Friday, October 12, 2012

Pizza and Crowds

I was walking along the muddy
road a few days ago and passed a man carrying a pizza box. I stared at it as we crossed paths, wanting to reach out and touch it; this thing that brought back dreamy memories of a place I used to live, with pizza places that you could order to take out. It smelt so good. The train had just pulled in and the man must have brought the treasure along with him from Cochrane to share with a fortunate few. I wondered if it was still warm. It didn’t matter. The box alone invoked such strange emotions in me of sights and smells commonplace in a previous life but in which this new one was alien. This wasn’t the only time it has happened. On Thanksgiving Day I was cutting a slice of Pumpkin pie: I sprinkled some nutmeg on top, since it was right there, when a whiff of that spicy aroma sucked me into a space tunnel and brought me to the Starbucks in Chapters at Christmas time. The barristers were concocting fancy Christmas lattes while I sat surrounded by people, sipping on my own nutmeg-sprinkled one. I watched a timelapse video of Toronto and had to tame strong pangs of desire to walk through large, arching passageways filled with people going to and fro. I always accepted that the senses were acute to things that are new and unfamiliar but I’m realizing that they are even more so to things that were once commonplace but aren’t anymore. My sister suggested that it could be like a sugar addiction – which I’m very familiar with – in that there is such sensory overload in the city that I’m going through withdrawal and scanning my surroundings eagerly trying to be satisfied by what was once normal. Perhaps in time the addiction will fade and I will become receptive to the sensory stimulants here that aren’t as loud as the city. Or perhaps there is just something Godly in the design of the city. We will reside in the City of God after all. The one that is to be 12,000 stadia long, wide, high and so on. Tim Keller describes the city’s original purpose to be a place of cultural development, justice and refuge – that does sound enticing. Perhaps both possibilities are true; only time will tell.

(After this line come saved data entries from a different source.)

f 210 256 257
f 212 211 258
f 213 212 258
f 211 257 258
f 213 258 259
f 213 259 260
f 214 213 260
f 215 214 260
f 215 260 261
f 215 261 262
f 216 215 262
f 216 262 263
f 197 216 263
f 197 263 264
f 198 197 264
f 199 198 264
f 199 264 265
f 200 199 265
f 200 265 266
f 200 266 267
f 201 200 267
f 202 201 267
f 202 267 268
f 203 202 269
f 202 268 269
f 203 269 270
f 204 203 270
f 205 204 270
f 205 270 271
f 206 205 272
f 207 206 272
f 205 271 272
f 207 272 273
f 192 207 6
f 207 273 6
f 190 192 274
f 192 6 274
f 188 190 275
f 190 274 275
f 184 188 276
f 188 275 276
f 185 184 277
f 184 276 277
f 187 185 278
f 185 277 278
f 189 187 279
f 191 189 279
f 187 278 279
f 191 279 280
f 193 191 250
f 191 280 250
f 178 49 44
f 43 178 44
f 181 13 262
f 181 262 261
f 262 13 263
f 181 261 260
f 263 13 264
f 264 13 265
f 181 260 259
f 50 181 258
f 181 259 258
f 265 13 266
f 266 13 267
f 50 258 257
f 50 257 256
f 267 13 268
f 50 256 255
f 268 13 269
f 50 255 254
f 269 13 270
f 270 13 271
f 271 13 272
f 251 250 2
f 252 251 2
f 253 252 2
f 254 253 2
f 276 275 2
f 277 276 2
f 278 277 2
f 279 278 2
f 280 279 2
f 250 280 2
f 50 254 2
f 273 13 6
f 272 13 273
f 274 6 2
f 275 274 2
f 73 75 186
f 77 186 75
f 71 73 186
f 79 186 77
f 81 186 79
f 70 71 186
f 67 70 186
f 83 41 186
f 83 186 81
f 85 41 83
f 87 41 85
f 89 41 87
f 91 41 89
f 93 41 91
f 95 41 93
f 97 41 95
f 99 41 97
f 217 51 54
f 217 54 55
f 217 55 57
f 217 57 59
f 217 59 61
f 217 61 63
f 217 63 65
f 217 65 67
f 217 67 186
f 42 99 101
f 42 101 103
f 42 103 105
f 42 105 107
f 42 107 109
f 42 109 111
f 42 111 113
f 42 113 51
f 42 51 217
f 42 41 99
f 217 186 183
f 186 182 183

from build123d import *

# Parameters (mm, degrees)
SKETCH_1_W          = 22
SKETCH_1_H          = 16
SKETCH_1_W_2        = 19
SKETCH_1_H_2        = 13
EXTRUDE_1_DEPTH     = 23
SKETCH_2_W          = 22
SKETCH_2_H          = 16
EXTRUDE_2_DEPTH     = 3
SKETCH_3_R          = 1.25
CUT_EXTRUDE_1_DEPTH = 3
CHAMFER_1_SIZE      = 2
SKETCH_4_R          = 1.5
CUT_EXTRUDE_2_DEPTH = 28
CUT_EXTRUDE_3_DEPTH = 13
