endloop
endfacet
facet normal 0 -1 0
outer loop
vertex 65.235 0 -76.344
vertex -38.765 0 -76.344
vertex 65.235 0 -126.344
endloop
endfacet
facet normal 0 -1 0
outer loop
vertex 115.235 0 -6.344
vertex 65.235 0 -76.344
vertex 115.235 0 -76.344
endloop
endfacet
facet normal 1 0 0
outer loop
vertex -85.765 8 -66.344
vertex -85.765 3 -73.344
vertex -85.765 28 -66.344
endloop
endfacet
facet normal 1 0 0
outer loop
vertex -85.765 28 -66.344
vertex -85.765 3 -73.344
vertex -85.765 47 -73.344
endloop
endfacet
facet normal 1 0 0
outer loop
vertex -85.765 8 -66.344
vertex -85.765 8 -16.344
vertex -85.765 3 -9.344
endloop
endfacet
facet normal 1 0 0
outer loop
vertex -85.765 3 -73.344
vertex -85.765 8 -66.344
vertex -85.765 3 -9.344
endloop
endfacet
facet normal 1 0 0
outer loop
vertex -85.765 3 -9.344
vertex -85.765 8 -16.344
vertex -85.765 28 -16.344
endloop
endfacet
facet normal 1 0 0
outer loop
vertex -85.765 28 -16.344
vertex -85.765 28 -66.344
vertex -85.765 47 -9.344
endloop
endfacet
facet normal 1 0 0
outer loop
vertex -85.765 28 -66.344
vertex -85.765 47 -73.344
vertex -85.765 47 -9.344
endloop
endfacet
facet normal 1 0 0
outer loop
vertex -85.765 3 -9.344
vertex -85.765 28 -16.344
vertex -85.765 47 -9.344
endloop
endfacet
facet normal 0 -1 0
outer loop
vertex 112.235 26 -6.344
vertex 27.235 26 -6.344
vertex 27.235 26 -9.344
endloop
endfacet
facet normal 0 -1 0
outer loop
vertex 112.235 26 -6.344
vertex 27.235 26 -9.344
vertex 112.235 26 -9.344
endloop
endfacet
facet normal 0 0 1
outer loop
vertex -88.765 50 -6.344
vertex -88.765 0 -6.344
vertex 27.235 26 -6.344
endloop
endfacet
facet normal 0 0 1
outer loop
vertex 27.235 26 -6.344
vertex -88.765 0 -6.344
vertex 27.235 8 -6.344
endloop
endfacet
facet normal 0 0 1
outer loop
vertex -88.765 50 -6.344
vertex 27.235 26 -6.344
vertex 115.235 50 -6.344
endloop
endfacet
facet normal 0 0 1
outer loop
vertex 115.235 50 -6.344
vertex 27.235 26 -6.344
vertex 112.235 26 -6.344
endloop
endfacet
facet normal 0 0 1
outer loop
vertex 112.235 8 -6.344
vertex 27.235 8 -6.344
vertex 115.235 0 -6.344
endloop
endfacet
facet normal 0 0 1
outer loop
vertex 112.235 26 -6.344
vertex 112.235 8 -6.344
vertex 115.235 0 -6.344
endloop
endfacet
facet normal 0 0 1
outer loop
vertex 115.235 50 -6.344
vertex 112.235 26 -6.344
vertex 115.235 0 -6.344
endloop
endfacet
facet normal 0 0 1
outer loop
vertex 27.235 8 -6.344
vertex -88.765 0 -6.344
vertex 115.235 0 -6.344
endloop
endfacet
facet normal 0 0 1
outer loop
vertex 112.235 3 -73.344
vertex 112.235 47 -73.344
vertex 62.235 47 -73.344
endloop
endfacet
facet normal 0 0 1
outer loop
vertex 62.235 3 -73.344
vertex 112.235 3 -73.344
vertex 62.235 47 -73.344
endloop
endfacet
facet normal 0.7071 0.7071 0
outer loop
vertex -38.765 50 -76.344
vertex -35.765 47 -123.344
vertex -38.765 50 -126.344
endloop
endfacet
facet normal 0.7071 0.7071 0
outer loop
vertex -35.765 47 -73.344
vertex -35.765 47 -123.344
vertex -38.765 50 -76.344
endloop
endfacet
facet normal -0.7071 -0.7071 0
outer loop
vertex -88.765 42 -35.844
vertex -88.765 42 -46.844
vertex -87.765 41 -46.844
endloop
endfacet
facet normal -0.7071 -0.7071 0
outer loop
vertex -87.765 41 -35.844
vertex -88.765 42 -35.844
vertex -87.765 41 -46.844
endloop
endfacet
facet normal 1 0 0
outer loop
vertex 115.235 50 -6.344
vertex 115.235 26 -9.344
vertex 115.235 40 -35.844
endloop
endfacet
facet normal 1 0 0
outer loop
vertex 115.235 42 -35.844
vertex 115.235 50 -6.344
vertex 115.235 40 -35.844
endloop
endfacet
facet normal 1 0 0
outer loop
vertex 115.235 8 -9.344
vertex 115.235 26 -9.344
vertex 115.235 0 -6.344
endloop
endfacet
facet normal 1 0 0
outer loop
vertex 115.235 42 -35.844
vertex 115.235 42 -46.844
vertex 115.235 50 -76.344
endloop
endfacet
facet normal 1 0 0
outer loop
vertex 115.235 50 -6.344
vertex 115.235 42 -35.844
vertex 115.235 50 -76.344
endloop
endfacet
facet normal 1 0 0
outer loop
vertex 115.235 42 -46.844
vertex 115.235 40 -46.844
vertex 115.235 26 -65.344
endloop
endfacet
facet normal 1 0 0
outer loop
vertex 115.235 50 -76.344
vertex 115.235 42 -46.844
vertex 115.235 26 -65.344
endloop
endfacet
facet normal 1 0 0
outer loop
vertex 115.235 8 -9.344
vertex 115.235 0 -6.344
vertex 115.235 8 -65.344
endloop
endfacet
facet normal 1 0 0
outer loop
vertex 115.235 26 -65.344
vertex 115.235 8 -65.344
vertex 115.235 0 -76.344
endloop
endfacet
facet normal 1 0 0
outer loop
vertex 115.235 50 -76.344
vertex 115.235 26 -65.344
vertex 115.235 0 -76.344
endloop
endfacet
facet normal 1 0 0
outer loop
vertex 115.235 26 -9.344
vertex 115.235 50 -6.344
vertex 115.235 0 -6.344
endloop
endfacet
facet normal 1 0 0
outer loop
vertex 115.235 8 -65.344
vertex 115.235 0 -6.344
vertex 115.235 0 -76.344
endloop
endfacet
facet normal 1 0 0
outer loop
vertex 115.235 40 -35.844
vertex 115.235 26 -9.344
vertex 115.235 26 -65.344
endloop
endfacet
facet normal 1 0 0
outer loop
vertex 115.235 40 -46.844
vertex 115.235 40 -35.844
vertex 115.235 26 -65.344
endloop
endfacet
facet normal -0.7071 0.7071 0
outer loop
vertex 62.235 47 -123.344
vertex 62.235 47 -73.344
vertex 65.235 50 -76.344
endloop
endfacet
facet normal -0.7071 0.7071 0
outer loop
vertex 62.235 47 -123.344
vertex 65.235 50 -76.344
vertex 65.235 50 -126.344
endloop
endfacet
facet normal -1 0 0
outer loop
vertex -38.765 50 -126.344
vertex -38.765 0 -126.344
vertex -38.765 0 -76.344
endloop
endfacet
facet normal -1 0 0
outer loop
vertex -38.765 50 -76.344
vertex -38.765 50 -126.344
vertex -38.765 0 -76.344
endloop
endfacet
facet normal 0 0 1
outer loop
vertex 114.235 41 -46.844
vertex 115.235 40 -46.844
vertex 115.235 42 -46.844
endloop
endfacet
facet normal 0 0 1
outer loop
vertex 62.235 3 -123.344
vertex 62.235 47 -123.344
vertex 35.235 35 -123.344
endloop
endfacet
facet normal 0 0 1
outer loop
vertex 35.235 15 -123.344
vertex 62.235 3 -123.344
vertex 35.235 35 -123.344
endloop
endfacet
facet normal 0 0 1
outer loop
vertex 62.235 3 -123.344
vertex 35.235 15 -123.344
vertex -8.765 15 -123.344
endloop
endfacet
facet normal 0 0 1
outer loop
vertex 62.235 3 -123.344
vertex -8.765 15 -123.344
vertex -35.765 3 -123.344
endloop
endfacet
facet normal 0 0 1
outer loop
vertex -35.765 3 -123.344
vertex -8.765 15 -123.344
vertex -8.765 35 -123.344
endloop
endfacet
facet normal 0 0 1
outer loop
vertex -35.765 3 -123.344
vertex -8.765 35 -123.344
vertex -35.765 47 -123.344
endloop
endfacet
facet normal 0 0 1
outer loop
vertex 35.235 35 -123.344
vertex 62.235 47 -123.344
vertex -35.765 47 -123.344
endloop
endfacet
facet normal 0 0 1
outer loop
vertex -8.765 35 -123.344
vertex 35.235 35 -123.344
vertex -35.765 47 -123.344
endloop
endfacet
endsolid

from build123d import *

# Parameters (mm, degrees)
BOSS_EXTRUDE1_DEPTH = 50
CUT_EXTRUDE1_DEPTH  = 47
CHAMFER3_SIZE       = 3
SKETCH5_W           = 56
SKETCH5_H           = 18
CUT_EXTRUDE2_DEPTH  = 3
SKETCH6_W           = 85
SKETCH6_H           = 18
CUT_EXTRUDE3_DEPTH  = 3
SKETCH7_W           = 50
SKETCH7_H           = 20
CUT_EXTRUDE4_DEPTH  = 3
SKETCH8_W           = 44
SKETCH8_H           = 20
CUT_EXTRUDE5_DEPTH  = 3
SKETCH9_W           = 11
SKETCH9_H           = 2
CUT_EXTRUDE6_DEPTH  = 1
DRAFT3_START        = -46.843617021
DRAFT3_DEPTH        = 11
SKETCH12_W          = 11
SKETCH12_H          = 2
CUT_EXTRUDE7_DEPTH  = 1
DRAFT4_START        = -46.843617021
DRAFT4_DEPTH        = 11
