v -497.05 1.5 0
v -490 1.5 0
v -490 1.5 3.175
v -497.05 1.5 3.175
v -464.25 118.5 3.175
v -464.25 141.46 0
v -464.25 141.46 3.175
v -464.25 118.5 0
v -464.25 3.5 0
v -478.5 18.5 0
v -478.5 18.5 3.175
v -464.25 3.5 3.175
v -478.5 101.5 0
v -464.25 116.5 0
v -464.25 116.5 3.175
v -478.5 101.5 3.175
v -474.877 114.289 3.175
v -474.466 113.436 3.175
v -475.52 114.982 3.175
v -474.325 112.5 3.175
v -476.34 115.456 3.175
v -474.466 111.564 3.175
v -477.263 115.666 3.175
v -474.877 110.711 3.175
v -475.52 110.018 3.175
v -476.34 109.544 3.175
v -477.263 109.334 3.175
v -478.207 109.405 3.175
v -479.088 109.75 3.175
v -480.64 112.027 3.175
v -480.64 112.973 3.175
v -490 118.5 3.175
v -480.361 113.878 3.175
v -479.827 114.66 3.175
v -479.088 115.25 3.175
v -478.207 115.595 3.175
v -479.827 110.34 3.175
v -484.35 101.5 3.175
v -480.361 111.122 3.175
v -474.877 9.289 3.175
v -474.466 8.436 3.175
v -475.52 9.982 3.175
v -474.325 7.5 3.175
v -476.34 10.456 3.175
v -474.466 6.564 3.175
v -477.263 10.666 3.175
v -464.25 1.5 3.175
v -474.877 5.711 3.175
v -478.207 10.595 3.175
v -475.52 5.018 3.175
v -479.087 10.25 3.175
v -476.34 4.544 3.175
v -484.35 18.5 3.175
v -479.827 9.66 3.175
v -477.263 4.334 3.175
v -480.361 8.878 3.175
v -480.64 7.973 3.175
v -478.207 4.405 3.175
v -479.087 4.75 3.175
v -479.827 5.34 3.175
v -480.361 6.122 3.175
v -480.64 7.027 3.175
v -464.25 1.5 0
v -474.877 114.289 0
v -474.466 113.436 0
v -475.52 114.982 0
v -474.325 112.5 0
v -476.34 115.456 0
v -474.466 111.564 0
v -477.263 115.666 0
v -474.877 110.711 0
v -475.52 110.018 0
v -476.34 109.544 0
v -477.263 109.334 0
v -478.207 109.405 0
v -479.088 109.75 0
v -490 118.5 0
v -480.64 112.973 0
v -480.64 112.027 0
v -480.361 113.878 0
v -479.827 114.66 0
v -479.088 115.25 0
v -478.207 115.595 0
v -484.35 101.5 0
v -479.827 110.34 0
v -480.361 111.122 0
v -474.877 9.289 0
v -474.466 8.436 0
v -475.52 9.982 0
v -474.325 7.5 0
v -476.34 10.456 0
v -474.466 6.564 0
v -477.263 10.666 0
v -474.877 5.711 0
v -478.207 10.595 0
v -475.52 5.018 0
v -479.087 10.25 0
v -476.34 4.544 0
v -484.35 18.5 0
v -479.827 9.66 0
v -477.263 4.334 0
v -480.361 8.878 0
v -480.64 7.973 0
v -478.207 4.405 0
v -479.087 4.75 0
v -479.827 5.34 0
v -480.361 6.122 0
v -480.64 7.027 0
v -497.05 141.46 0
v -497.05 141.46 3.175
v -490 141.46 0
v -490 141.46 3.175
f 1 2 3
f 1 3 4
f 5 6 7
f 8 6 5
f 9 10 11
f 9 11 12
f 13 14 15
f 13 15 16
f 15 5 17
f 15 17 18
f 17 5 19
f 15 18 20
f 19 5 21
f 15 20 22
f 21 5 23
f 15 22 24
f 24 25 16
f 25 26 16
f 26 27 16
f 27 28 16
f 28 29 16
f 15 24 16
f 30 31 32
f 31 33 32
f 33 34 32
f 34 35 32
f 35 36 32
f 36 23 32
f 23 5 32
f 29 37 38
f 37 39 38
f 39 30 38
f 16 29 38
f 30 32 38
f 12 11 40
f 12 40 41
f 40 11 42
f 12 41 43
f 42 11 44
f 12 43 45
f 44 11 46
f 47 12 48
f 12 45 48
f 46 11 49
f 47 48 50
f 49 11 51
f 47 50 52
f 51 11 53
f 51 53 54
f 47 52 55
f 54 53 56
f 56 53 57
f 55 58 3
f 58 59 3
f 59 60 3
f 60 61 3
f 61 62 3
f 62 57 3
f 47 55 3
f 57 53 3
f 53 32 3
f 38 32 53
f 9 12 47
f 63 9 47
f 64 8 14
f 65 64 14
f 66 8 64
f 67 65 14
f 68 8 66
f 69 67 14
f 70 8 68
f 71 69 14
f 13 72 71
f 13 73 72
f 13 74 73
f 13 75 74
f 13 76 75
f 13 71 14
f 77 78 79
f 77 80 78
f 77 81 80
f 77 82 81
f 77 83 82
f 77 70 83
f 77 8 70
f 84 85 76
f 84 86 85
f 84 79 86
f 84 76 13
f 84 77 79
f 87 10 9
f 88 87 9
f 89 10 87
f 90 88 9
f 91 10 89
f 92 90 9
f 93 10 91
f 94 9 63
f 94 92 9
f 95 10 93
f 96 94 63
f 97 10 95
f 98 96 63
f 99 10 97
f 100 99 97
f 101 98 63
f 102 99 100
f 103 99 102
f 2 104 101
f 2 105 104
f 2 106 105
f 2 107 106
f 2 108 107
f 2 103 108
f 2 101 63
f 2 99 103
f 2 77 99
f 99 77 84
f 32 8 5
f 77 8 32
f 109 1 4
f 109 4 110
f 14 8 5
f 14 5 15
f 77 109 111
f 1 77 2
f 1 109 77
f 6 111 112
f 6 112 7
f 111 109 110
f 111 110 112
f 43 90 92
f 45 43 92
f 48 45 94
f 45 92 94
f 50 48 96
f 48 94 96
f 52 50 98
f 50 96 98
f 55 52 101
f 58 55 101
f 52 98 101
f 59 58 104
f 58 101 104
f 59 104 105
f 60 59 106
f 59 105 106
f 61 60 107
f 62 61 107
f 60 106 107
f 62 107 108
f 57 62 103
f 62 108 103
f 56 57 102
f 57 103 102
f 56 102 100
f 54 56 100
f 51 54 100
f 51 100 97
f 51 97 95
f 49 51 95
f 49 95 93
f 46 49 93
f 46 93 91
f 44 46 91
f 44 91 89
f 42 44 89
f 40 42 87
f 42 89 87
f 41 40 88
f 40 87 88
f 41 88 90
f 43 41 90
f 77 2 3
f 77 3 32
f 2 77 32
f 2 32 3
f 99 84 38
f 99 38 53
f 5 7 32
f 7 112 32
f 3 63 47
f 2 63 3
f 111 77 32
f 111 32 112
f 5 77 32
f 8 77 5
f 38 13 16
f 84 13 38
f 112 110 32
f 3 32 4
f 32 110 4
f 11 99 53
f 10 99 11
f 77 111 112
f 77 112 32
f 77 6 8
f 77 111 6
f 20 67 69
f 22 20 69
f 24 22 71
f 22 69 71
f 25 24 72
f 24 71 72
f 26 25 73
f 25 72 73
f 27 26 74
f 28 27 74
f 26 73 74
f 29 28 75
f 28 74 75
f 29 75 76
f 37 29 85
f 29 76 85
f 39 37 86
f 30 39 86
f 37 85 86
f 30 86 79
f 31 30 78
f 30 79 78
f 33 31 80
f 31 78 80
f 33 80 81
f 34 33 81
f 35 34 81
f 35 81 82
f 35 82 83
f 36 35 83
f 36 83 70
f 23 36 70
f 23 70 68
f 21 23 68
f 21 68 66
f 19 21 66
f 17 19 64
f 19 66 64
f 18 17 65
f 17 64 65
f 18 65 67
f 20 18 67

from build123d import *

# Parameters (mm, degrees)
F_3DSKETCH1_R         = 3.175
BOSS_EXTRUDE1_DEPTH   = 3.175
BOSS_EXTRUDE1_2_DEPTH = 3.175
BOSS_EXTRUDE1_3_DEPTH = 3.175


with BuildPart() as part:
    # 3DSketch1 → Boss-Extrude1 (new body)
    with BuildSketch(Plane(origin=(-464.25, 116.5, 0), x_dir=(-0.2742793236442644, -0.961650067655197, 0), z_dir=(0, 0, -1))):
        Polygon((-1.923300135, 0.548558647), (0, 0), (18.333231377, 9.589323609), (19.93776542, 15.214976505), (99.754721035, -7.550207357), (98.150186992, -13.175860253), (108.666457645, -30.993563572), (110.58975778, -31.542122219), (117.652450364, -6.779632977), (5.139392449, 25.311047889), align=None)
        with Locations(Location((108.454058413, -17.154582881, 0), (0, 0, 254.080928829))):
            Circle(F_3DSKETCH1_R, mode=Mode.SUBTRACT)
        with Locations(Location((7.480801309, 11.644746102, 0), (0, 0, 254.080928829))):
            Circle(F_3DSKETCH1_R, mode=Mode.SUBTRACT)
    extrude(amount=-BOSS_EXTRUDE1_DEPTH)


with BuildPart() as body_2:
    # 3DSketch1 → Boss-Extrude1 2 (new body)
    with BuildSketch(Plane(origin=(-464.25, 116.5, 0), x_dir=(-0.2742793236442644, -0.961650067655197, 0), z_dir=(0, 0, -1))):
        Polygon((-24.002556771, 6.845946627), (-1.923300135, 0.548558647), (5.139392449, 25.311047889), (-16.939864187, 31.608435869), align=None)
    extrude(amount=-BOSS_EXTRUDE1_2_DEPTH)


with BuildPart() as body_3:
    # 3DSketch1 → Boss-Extrude1 3 (new body)
    with BuildSketch(Plane(origin=(-464.25, 116.5, 0), x_dir=(-0.2742793236442644, -0.961650067655197, 0), z_dir=(0, 0, -1))):
        Polygon((-16.939864187, 31.608435869), (5.139392449, 25.311047889), (117.652450364, -6.779632977), (119.586119596, 0), (-15.006194955, 38.388068846), align=None)
    extrude(amount=-BOSS_EXTRUDE1_3_DEPTH)


solid = Compound([part.part, body_2.part, body_3.part])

Strong evidence of the lack of demanding sensory stimulants here is the darkness of the nights. One can barely tell where the trees end and the sky begins. The space between two streetlights on either side of a burnt-out one is truly not for the feint of heart. But there you’ll find is the opportunity to witness softer, more majestic lights if you’re willing to take your eyes off the familiar one up ahead. The stars here are magnificent.


Tuesday, October 2, 2012

Rocks and Trees


I moved to Canada from South Africa when I was 13 and have for the most part enjoyed living here, although not very conscious of what makes up the fabric of Canada. About a year and a half ago I went and stayed in north western Ontario for a month and found that there is a more elemental – more ‘Canadian’ Canada to be lived that has become extinct in the southern stretch of Canada. I do love that ‘southern stretch’; it is a unique landing pad for people of different cultures to come be themselves together. It has been the landing pad that allowed me to grow up freely and most of all it was where I found the people that I hold dear to now and will cherish for many many years to come. In the north, though, it is not multicultural. It is Canadian. The Canada I discovered in the north caught my heart and now, after a string of different situations and conversations with people, I have ended up moving to a little town in northern Ontario called Moosonee. Before I moved here I was looking online for literature about Moosonee and northern Ontario in general but found naught, so I thought I would fill the void a bit with an exposé on life in The Canada that so few people know about and has been so little told about.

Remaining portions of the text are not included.